Para entonces, Lorena ya estaba de pie. Se apartó los rizos negros de los ojos y vino corriendo hacia mí. Era un auténtico torbellino de cariño italoamericano, poseía una fortaleza inquebrantable y una resistencia que ni siquiera Oscar podía igualar. Como él, ella también era muy dada a abrazar, y cuando lo hacía parecía que te había arropado un edredón de plumas. Después de apartarse, siguió sujetándome las manos.

—¿Qué tal te va? —preguntó, y sus expresivos ojos castaños escudriñaron mi cara—. He estado muy preocupada por ti.

—Estoy mejor —respondí, con lo que esperaba que fuese una sonrisa tranquilizadora.

—¿Te llegó mi paquete?

Hacia la mitad de mi reciente estancia en el hospital, llegó una cesta gigante llena de tentempiés, chocolatinas y caramelos, acompañados por un enorme muñeco de peluche en forma de pingüino. No sé por qué motivo (quizá porque hace tiempo me entusiasmó el documental El viaje del emperador), Lorena creía que me gustaban especialmente estos animales y yo nunca me había tomado la molestia de corregirla.

—Sí, claro. Gracias. Espero que no te importe que compartiera todo aquello con alguno de los otros pacientes.

—En absoluto —dijo ella, soltándome las manos al fin y examinándome—. Estás guapo. Más… relajado que la última vez que te vi.

—Sí, me siento más relajado —accedí—. ¿Qué tal están los niños?

—Más salvajes que nunca. —Suspiró, agitando la mano en dirección al parque infantil, con una sonrisa de pesar—. Jamás tendría que haber dejado que Oscar me convenciera de tener el quinto. Todas las normas quedaron a un lado cuando llegó Luca. Se libraría hasta de un asesinato.

Se echó a reír con ganas. Licenciada en Económicas, a quien Oscar había conocido en la universidad, Lorena lo había ayudado a construir su negocio hasta que llegaron las gemelas, momento en el que se hizo a un lado para cuidar de su creciente progenie. Su hogar, como había sido el de Oscar, era confuso y ruidoso, un constante zumbido de energía que corría por las paredes y los pasillos. Sin embargo, Lorena tenía el caos a raya. Ni una sola vez la había visto yo agotada o impaciente.

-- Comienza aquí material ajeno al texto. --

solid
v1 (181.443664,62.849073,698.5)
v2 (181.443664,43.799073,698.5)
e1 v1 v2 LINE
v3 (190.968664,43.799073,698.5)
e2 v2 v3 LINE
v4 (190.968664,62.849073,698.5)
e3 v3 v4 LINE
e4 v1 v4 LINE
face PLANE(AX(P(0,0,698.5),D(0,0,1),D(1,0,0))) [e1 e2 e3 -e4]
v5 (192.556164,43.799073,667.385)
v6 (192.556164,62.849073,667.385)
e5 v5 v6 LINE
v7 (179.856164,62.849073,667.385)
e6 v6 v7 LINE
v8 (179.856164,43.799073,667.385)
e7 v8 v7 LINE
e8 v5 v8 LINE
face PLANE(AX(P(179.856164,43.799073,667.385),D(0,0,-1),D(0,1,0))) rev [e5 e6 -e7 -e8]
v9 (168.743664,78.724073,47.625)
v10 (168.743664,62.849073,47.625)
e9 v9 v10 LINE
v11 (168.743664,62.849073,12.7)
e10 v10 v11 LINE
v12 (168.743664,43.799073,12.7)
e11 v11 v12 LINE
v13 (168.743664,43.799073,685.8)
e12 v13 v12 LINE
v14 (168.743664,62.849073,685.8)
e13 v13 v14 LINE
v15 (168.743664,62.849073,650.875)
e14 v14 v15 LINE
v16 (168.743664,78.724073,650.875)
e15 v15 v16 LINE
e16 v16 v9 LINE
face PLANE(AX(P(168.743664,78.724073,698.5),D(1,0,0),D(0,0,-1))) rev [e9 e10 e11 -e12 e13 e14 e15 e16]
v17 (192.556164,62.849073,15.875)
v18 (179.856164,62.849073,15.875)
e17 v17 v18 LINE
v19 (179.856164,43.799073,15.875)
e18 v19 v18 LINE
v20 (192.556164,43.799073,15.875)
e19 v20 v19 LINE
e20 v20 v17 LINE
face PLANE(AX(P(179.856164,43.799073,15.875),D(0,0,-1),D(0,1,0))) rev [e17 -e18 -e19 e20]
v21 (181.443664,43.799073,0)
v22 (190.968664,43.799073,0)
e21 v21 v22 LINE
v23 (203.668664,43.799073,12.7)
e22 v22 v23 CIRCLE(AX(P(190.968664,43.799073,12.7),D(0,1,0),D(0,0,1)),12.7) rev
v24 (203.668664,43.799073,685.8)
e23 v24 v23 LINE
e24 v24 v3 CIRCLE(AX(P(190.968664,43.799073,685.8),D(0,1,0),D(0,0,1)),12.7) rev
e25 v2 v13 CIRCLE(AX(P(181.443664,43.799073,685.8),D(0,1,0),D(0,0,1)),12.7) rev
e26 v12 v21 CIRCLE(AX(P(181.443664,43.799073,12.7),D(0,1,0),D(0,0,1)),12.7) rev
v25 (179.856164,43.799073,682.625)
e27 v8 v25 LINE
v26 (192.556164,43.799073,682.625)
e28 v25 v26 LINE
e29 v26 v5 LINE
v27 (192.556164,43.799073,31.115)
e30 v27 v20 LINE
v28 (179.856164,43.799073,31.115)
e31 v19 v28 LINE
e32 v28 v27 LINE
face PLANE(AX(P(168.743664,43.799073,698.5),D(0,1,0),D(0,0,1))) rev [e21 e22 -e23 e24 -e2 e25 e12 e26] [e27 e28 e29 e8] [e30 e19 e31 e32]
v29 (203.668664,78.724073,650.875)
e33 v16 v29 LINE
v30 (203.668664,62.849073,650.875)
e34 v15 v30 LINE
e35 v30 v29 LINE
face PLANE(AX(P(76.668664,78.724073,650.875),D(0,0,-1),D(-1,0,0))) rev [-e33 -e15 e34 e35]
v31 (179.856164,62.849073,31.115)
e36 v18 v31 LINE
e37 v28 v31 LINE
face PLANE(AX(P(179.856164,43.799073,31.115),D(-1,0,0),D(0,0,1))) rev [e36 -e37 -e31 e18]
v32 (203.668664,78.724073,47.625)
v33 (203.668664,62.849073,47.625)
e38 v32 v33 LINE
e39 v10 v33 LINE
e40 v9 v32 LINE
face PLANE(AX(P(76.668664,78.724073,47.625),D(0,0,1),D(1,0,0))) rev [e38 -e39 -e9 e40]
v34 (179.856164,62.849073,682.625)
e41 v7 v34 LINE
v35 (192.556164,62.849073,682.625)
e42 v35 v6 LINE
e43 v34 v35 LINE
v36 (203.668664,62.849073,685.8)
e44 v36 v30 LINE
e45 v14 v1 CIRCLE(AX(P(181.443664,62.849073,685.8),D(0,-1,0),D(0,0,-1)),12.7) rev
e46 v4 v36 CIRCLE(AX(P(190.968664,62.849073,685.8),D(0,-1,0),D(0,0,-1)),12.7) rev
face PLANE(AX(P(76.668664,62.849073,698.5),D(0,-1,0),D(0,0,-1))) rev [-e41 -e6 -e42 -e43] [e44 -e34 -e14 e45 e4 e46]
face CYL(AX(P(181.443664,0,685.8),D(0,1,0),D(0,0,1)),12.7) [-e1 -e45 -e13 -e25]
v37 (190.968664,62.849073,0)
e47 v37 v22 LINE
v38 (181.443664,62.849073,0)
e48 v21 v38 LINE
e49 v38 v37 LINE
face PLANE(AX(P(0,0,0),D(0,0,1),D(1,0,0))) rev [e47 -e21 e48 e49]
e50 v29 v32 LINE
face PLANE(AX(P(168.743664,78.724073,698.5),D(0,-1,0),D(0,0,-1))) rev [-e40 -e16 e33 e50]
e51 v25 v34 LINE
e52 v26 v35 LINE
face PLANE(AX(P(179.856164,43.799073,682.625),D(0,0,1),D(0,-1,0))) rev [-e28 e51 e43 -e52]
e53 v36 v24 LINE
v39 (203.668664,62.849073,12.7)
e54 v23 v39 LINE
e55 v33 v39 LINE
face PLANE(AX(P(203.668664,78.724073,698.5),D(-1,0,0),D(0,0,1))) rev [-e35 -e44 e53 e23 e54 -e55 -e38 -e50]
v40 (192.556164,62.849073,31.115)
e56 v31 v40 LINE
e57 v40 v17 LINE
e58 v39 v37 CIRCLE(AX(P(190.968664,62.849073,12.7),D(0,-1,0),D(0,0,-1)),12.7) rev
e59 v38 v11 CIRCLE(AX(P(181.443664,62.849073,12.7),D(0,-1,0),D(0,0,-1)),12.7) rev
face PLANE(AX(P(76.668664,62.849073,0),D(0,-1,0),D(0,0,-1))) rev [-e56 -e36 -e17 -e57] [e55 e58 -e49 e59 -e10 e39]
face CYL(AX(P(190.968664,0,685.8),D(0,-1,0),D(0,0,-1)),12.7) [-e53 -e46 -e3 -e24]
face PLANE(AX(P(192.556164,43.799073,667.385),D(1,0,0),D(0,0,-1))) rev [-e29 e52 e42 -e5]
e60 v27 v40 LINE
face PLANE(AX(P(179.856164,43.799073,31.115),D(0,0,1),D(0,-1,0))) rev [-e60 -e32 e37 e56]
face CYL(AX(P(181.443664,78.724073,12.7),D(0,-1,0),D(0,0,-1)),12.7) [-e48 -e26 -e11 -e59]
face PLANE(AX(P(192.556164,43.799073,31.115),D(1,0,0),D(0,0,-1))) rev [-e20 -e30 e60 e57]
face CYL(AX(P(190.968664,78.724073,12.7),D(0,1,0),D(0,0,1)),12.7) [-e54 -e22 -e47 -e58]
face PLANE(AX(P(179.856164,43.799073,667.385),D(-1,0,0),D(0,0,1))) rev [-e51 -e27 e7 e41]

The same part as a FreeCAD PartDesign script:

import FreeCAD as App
import Part
import Sketcher
from FreeCAD import Vector
Q = App.Units.Quantity


def edges_at(feature, points):
    """Names of the edges that pass closest to the given points."""
    edges = feature.Shape.Edges
    near = lambda p: min(range(len(edges)), key=lambda i: edges[i].distToShape(Part.Vertex(*p))[0])
    return sorted({f"Edge{near(p) + 1}" for p in points})

doc = App.newDocument("Part")
body = doc.addObject("PartDesign::Body", "Body")

sketch1 = body.newObject("Sketcher::SketchObject", "Sketch")
sketch1.AttachmentSupport = (doc.getObject("XY_Plane"), [""])
sketch1.MapMode = "FlatFace"
sketch1.addGeometry(Part.LineSegment(Vector(169, 79, 0), Vector(169, 44, 0)), False)
sketch1.addGeometry(Part.LineSegment(Vector(169, 44, 0), Vector(204, 44, 0)), False)
sketch1.addGeometry(Part.LineSegment(Vector(204, 44, 0), Vector(204, 79, 0)), False)
sketch1.addGeometry(Part.LineSegment(Vector(204, 79, 0), Vector(169, 79, 0)), False)
sketch1.addConstraint(Sketcher.Constraint("Coincident", 0, 2, 1, 1))
sketch1.addConstraint(Sketcher.Constraint("Coincident", 1, 2, 2, 1))
sketch1.addConstraint(Sketcher.Constraint("Coincident", 2, 2, 3, 1))
sketch1.addConstraint(Sketcher.Constraint("Coincident", 3, 2, 0, 1))
sketch1.addConstraint(Sketcher.Constraint("Vertical", 0))
sketch1.addConstraint(Sketcher.Constraint("Horizontal", 1))
sketch1.addConstraint(Sketcher.Constraint("Vertical", 2))
sketch1.addConstraint(Sketcher.Constraint("Horizontal", 3))
sketch1.addConstraint(Sketcher.Constraint("Equal", 3, 0))
sketch1.addConstraint(Sketcher.Constraint("DistanceX", 1, 1, 1, 2, Q("1.375 in")))
sketch1.addConstraint(Sketcher.Constraint("DistanceX", -1, 1, 0, 2, 168.743664))
sketch1.addConstraint(Sketcher.Constraint("DistanceY", -1, 1, 0, 2, 43.799073))
pad1 = body.newObject("PartDesign::Pad", "Pad")
pad1.Profile = sketch1
pad1.Length = Q("27.5 in")

sketch2 = body.newObject("Sketcher::SketchObject", "Sketch001")
sketch2.AttachmentSupport = (doc.getObject("YZ_Plane"), [""])
sketch2.MapMode = "FlatFace"
sketch2.AttachmentOffset = App.Placement(Vector(0, 0, 203.668664), App.Rotation())
sketch2.addGeometry(Part.LineSegment(Vector(79, 48, 0), Vector(63, 48, 0)), False)
sketch2.addGeometry(Part.LineSegment(Vector(63, 48, 0), Vector(63, 0, 0)), False)
sketch2.addGeometry(Part.LineSegment(Vector(63, 0, 0), Vector(79, 0, 0)), False)
sketch2.addGeometry(Part.LineSegment(Vector(79, 0, 0), Vector(79, 48, 0)), False)
sketch2.addGeometry(Part.LineSegment(Vector(79, 698, 0), Vector(63, 698, 0)), False)
sketch2.addGeometry(Part.LineSegment(Vector(63, 698, 0), Vector(63, 651, 0)), False)
sketch2.addGeometry(Part.LineSegment(Vector(63, 651, 0), Vector(79, 651, 0)), False)
sketch2.addGeometry(Part.LineSegment(Vector(79, 651, 0), Vector(79, 698, 0)), False)
sketch2.addConstraint(Sketcher.Constraint("Coincident", 0, 2, 1, 1))
sketch2.addConstraint(Sketcher.Constraint("Coincident", 1, 2, 2, 1))
sketch2.addConstraint(Sketcher.Constraint("Coincident", 2, 2, 3, 1))
sketch2.addConstraint(Sketcher.Constraint("Coincident", 3, 2, 0, 1))
sketch2.addConstraint(Sketcher.Constraint("Coincident", 4, 2, 5, 1))
sketch2.addConstraint(Sketcher.Constraint("Coincident", 5, 2, 6, 1))
sketch2.addConstraint(Sketcher.Constraint("Coincident", 6, 2, 7, 1))
sketch2.addConstraint(Sketcher.Constraint("Coincident", 7, 2, 4, 1))
sketch2.addConstraint(Sketcher.Constraint("Horizontal", 0))
sketch2.addConstraint(Sketcher.Constraint("Vertical", 1))
sketch2.addConstraint(Sketcher.Constraint("Horizontal", 2))
sketch2.addConstraint(Sketcher.Constraint("Vertical", 3))
sketch2.addConstraint(Sketcher.Constraint("Horizontal", 4))
sketch2.addConstraint(Sketcher.Constraint("Vertical", 5))
sketch2.addConstraint(Sketcher.Constraint("Horizontal", 6))
sketch2.addConstraint(Sketcher.Constraint("Vertical", 7))
sketch2.addConstraint(Sketcher.Constraint("PointOnObject", 1, 2, -1))
sketch2.addConstraint(Sketcher.Constraint("Vertical", 1, 2, 4, 2))
sketch2.addConstraint(Sketcher.Constraint("Vertical", 3, 2, 6, 2))
sketch2.addConstraint(Sketcher.Constraint("Equal", 3, 5))
sketch2.addConstraint(Sketcher.Constraint("DistanceY", -1, 1, 4, 2, Q("27.5 in")))
sketch2.addConstraint(Sketcher.Constraint("DistanceX", 0, 2, 0, 1, Q("0.625 in")))
sketch2.addConstraint(Sketcher.Constraint("DistanceY", 1, 2, 1, 1, Q("1.875 in")))
sketch2.addConstraint(Sketcher.Constraint("DistanceX", -1, 1, 0, 2, 62.849073))
pocket1 = body.newObject("PartDesign::Pocket", "Pocket")
pocket1.Profile = sketch2
pocket1.Length = Q("5 in")

sketch3 = body.newObject("Sketcher::SketchObject", "Sketch002")
sketch3.AttachmentSupport = (doc.getObject("XZ_Plane"), [""])
sketch3.MapMode = "FlatFace"
sketch3.AttachmentOffset = App.Placement(Vector(0, 0, -62.849073), App.Rotation())
sketch3.addGeometry(Part.LineSegment(Vector(180, 667, 0), Vector(180, 683, 0)), False)
sketch3.addGeometry(Part.LineSegment(Vector(180, 683, 0), Vector(193, 683, 0)), False)
sketch3.addGeometry(Part.LineSegment(Vector(193, 683, 0), Vector(193, 667, 0)), False)
sketch3.addGeometry(Part.LineSegment(Vector(193, 667, 0), Vector(180, 667, 0)), False)
sketch3.addGeometry(Part.LineSegment(Vector(180, 16, 0), Vector(180, 31, 0)), False)
sketch3.addGeometry(Part.LineSegment(Vector(180, 31, 0), Vector(193, 31, 0)), False)
sketch3.addGeometry(Part.LineSegment(Vector(193, 31, 0), Vector(193, 16, 0)), False)
sketch3.addGeometry(Part.LineSegment(Vector(193, 16, 0), Vector(180, 16, 0)), False)
sketch3.addConstraint(Sketcher.Constraint("Coincident", 0, 2, 1, 1))
sketch3.addConstraint(Sketcher.Constraint("Coincident", 1, 2, 2, 1))
sketch3.addConstraint(Sketcher.Constraint("Coincident", 2, 2, 3, 1))
sketch3.addConstraint(Sketcher.Constraint("Coincident", 3, 2, 0, 1))
sketch3.addConstraint(Sketcher.Constraint("Coincident", 4, 2, 5, 1))
sketch3.addConstraint(Sketcher.Constraint("Coincident", 5, 2, 6, 1))
sketch3.addConstraint(Sketcher.Constraint("Coincident", 6, 2, 7, 1))
sketch3.addConstraint(Sketcher.Constraint("Coincident", 7, 2, 4, 1))
sketch3.addConstraint(Sketcher.Constraint("Vertical", 0))
sketch3.addConstraint(Sketcher.Constraint("Horizontal", 1))
sketch3.addConstraint(Sketcher.Constraint("Vertical", 2))
sketch3.addConstraint(Sketcher.Constraint("Horizontal", 3))
sketch3.addConstraint(Sketcher.Constraint("Vertical", 4))
sketch3.addConstraint(Sketcher.Constraint("Horizontal", 5))
sketch3.addConstraint(Sketcher.Constraint("Vertical", 6))
sketch3.addConstraint(Sketcher.Constraint("Horizontal", 7))
sketch3.addConstraint(Sketcher.Constraint("Vertical", 3, 2, 4, 2))
sketch3.addConstraint(Sketcher.Constraint("Vertical", 2, 2, 5, 2))
sketch3.addConstraint(Sketcher.Constraint("Equal", 2, 4))
sketch3.addConstraint(Sketcher.Constraint("DistanceX", 1, 1, 1, 2, Q("0.5 in")))
sketch3.addConstraint(Sketcher.Constraint("DistanceY", 0, 1, 0, 2, Q("0.6 in")))
sketch3.addConstraint(Sketcher.Constraint("DistanceY", 4, 2, 3, 2, Q("25.05 in")))
sketch3.addConstraint(Sketcher.Constraint("DistanceY", -1, 1, 0, 2, Q("26.875 in")))
sketch3.addConstraint(Sketcher.Constraint("DistanceX", -1, 1, 0, 2, 179.856164))
pocket2 = body.newObject("PartDesign::Pocket", "Pocket001")
pocket2.Profile = sketch3
pocket2.Type = "ThroughAll"
pocket2.Reversed = True
doc.recompute()

fillet = body.newObject("PartDesign::Fillet", "Fillet")
fillet.Base = (pocket2, edges_at(pocket2, [
    (203.669, 53.324, 698.5),
    (168.744, 53.324, 698.5),
    (168.744, 53.324, 0),
    (203.669, 53.324, 0),
]))
fillet.Radius = Q("0.5 in")

doc.recompute()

—¿Cuánto tiempo os vais a quedar? —le pregunté.

—Hasta el viernes por la noche —respondió ella—. Los niños tienen recitales y exámenes la semana que viene. Pero en cuanto cojan las vacaciones, nos vendremos aquí el resto del verano.

—¡Suelta a ese ELE! —gritó Oscar, y yo no pude hacer otra cosa que sonreír cuando Lorena puso los ojos en blanco—. Esperad aquí —nos dijo Oscar y luego se dirigió a la zona de juegos. Leo tenía a Logesh sujeto con una llave de cabeza, pero hacía lo posible para parecer inocente, por si Oscar en realidad le hubiera gritado a alguno de los otros niños.

—No sé cómo os las arregláis vosotros dos —dije yo—. Siempre me dejáis impresionado.

—¿Por qué?, ¿por educar a unos niños? —Ella fingió inocencia—. La niñera ayuda, pero en realidad es como ocuparse de Paulie. Les pones cuencos de comida y agua por la mañana, junto con una cajita de arena, y te olvidas de ellos el resto del día.

Yo sonreí.

—Gracias por cuidarla mientras estaba en el hospital. ¿Por dónde anda?

—Sigue en el transportín en mi SUV —dijo Lorena—, el que está al lado del tuyo. No te preocupes…, he dejado la ventanilla abierta, pero no estaba segura de cómo reaccionaría si la sacaba al aire libre. Sé que es una gata de interior.

—Sí, lo es —le confirmé—. Aparte de las visitas al veterinario y de estar contigo, nunca ha salido de mi apartamento. ¿Qué tal se ha portado?

—Le costó unos cuantos días salir de su escondite, pero después ha sido muy dulce y estaba feliz, excepto cuando los pequeños la perseguían por la casa. Ha pasado mucho tiempo en el respaldo del sofá, junto a la ventana, donde no podían alcanzarla. Por la noche, sin embargo, cuando los acostaba, se acurrucaba en mi regazo.

—Parece que le has gustado.

—Siempre he pensado que me gustaban más los perros, pero ella ha hecho que cambie de opinión totalmente —declaró Lorena—. Tengo que preguntarte una cosa: ¿por qué le pusiste Paulie?

—¿Qué quieres decir?

—Es una chica, y Paulie es nombre de chico.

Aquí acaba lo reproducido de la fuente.